What is of note here is that while high-tax states with Democratic governors lost the largest number of residents, low-tax states with Republican governors welcomed the largest number of new residents in 2021.

According to Tax Foundation analyst Jared Walczak, “The picture painted by this population shift is a clear one of people leaving high-tax, high-cost states for lower-tax, lower-cost alternatives.”

“If we include the District of Columbia, then in the top one-third of states for population growth since the start of the pandemic (April 2020 to July 2021 data), the average combined top marginal state and local income tax rate is 3.5 percent, while in the bottom third of states, it is about 7.3 percent,” he added.

This finding appears to be consistent with a 2021 Pew Research Center poll which found that 80 percent of American voters believe a strong economy is the most important issue for lawmakers to tackle.  

“People move for many reasons,” Walczak said. “Sometimes taxes are expressly part of the calculation. Often they play an indirect role by contributing to a broadly favorable economic environment. And sometimes, of course, they play little or no role. The Census data and these industry studies cannot tell us exactly why each person moved, but there is no denying a very strong correlation between low-tax, low-cost states and population growth.”

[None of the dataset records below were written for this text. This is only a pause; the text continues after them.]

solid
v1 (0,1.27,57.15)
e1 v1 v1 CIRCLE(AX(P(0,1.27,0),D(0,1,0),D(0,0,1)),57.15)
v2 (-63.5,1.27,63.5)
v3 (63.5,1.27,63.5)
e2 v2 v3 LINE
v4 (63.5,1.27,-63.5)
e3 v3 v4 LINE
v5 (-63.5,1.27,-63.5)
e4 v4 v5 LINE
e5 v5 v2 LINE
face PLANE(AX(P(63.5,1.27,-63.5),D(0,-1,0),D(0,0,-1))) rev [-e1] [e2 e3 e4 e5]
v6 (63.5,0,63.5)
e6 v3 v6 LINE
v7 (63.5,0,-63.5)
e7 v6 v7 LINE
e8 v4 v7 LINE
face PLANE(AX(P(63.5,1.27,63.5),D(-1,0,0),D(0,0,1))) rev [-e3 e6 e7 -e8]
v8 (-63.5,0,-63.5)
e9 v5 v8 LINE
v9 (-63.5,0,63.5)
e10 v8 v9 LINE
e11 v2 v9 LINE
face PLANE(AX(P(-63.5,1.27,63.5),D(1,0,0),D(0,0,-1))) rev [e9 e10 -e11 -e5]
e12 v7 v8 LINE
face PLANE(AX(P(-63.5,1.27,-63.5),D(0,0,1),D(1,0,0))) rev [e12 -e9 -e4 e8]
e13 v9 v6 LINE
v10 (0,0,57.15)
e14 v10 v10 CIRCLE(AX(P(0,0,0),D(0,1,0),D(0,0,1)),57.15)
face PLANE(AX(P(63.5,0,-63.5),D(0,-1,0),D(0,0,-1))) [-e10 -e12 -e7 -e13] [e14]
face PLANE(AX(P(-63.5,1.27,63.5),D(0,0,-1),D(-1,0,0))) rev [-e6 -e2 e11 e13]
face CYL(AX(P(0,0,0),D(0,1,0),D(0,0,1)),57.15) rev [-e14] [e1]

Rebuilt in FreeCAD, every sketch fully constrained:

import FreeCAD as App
import Part
import Sketcher
Q = App.Units.Quantity

doc = App.newDocument("Part")
params = doc.addObject("Spreadsheet::Sheet", "Params")
for row, (alias, value) in enumerate([
    ("sketch1_width", "5 in"),
    ("pad1_length", "0.05 in"),
    ("sketch2_diameter", "4.5 in"),
    ("pocket1_length", "0.05 in"),
], start=1):
    params.set(f"A{row}", alias)
    params.set(f"B{row}", "=" + value)
    params.setAlias(f"B{row}", alias)

body = doc.addObject("PartDesign::Body", "Body")

# Sketch on XZ plane
sketch1 = doc.addObject("Sketcher::SketchObject", "Sketch")
body.addObject(sketch1)
sketch1.AttachmentSupport = (doc.XZ_Plane, [""])
sketch1.MapMode = "FlatFace"
sketch1.addGeometry([
    Part.LineSegment(App.Vector(-64, -64, 0), App.Vector(-64, 64, 0)),
    Part.LineSegment(App.Vector(-64, 64, 0), App.Vector(64, 64, 0)),
    Part.LineSegment(App.Vector(64, 64, 0), App.Vector(64, -64, 0)),
    Part.LineSegment(App.Vector(64, -64, 0), App.Vector(-64, -64, 0)),
], False)
sketch1.addConstraint([
    Sketcher.Constraint("Coincident", 0, 2, 1, 1),
    Sketcher.Constraint("Coincident", 1, 2, 2, 1),
    Sketcher.Constraint("Coincident", 2, 2, 3, 1),
    Sketcher.Constraint("Coincident", 3, 2, 0, 1),
    Sketcher.Constraint("Vertical", 0),
    Sketcher.Constraint("Horizontal", 1),
    Sketcher.Constraint("Vertical", 2),
    Sketcher.Constraint("Horizontal", 3),
    Sketcher.Constraint("Symmetric", 0, 2, 2, 2, -1, 1),
    Sketcher.Constraint("Equal", 3, 0),
    Sketcher.Constraint("DistanceX", 1, 1, 1, 2, Q("5 in")),
])
sketch1.setExpression("Constraints[10]", "Params.sketch1_width")
pad1 = doc.addObject("PartDesign::Pad", "Pad")
body.addObject(pad1)
pad1.Profile = sketch1
pad1.setExpression("Length", "Params.pad1_length")
pad1.Reversed = True

# Sketch on XZ plane
sketch2 = doc.addObject("Sketcher::SketchObject", "Sketch001")
body.addObject(sketch2)
sketch2.AttachmentSupport = (doc.XZ_Plane, [""])
sketch2.MapMode = "FlatFace"
sketch2.AttachmentOffset = App.Placement(App.Vector(0, 0, -0.05 * 25.4), App.Rotation())
sketch2.addGeometry(Part.Circle(App.Vector(0, 0, 0), App.Vector(0, 0, 1), 57), False)
sketch2.addConstraint([
    Sketcher.Constraint("Coincident", 0, 3, -1, 1),
    Sketcher.Constraint("Diameter", 0, Q("4.5 in")),
])
sketch2.setExpression("Constraints[1]", "Params.sketch2_diameter")
pocket1 = doc.addObject("PartDesign::Pocket", "Pocket")
body.addObject(pocket1)
pocket1.Profile = sketch2
pocket1.setExpression("Length", "Params.pocket1_length")
pocket1.Reversed = True

doc.recompute()
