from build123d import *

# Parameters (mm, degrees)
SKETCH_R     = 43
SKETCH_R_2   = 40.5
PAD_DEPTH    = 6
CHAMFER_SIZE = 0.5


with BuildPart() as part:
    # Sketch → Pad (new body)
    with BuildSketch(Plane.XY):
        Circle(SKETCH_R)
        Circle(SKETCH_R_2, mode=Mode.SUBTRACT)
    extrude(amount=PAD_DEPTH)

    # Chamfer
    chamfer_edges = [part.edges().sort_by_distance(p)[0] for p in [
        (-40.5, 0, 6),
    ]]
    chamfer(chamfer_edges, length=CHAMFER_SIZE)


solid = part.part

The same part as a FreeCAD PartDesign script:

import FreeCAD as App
import Part
import Sketcher

V = App.Vector


def edges_at(feature, points):
    """Names of the edges that pass closest to the given points."""
    edges = feature.Shape.Edges
    near = lambda p: min(range(len(edges)), key=lambda i: edges[i].distToShape(Part.Vertex(*p))[0])
    return sorted({f"Edge{near(p) + 1}" for p in points})

doc = App.newDocument("Part")
body = doc.addObject("PartDesign::Body", "Body")

# Sketch on XY plane
sketch1 = doc.addObject("Sketcher::SketchObject", "Sketch")
body.addObject(sketch1)
sketch1.AttachmentSupport = (doc.XY_Plane, [""])
sketch1.MapMode = "FlatFace"
sketch1.addGeometry([
    Part.Circle(V(0, 0, 0), V(0, 0, 1), 43),
    Part.Circle(V(0, 0, 0), V(0, 0, 1), 40),
], False)
sketch1.addConstraint([
    Sketcher.Constraint("Coincident", 0, 3, -1, 1),
    Sketcher.Constraint("Coincident", 1, 3, -1, 1),
    Sketcher.Constraint("Diameter", 0, 86.0),
    Sketcher.Constraint("Diameter", 1, 81.0),
])
pad1 = doc.addObject("PartDesign::Pad", "Pad")
body.addObject(pad1)
pad1.Profile = sketch1
pad1.Length = 6
doc.recompute()

chamfer = doc.addObject("PartDesign::Chamfer", "Chamfer")
body.addObject(chamfer)
chamfer.Base = (pad1, edges_at(pad1, [(-40.5, 0, 6)]))
chamfer.Size = 0.5

doc.recompute()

Latinos – who now appear to be evenly split between the Democratic and Republican parties – also appear to favor low-tax, Republican states.

This is especially of note as the U.S. Latino population has grown significantly in the last decade and accounted for 51 percent of the entire U.S. population growth between 2010 and 2020.

According to the Pew Research Center, although all 50 states and Washington, D.C. have seen growth in their Latino populations in the last decade, the four states that have experienced the lowest growth are Democrat-led California, New York, Illinois and New Mexico.

Meanwhile, Republican-led states like Texas, Florida, North Dakota and South Dakota saw the fastest growth in their Latino populations.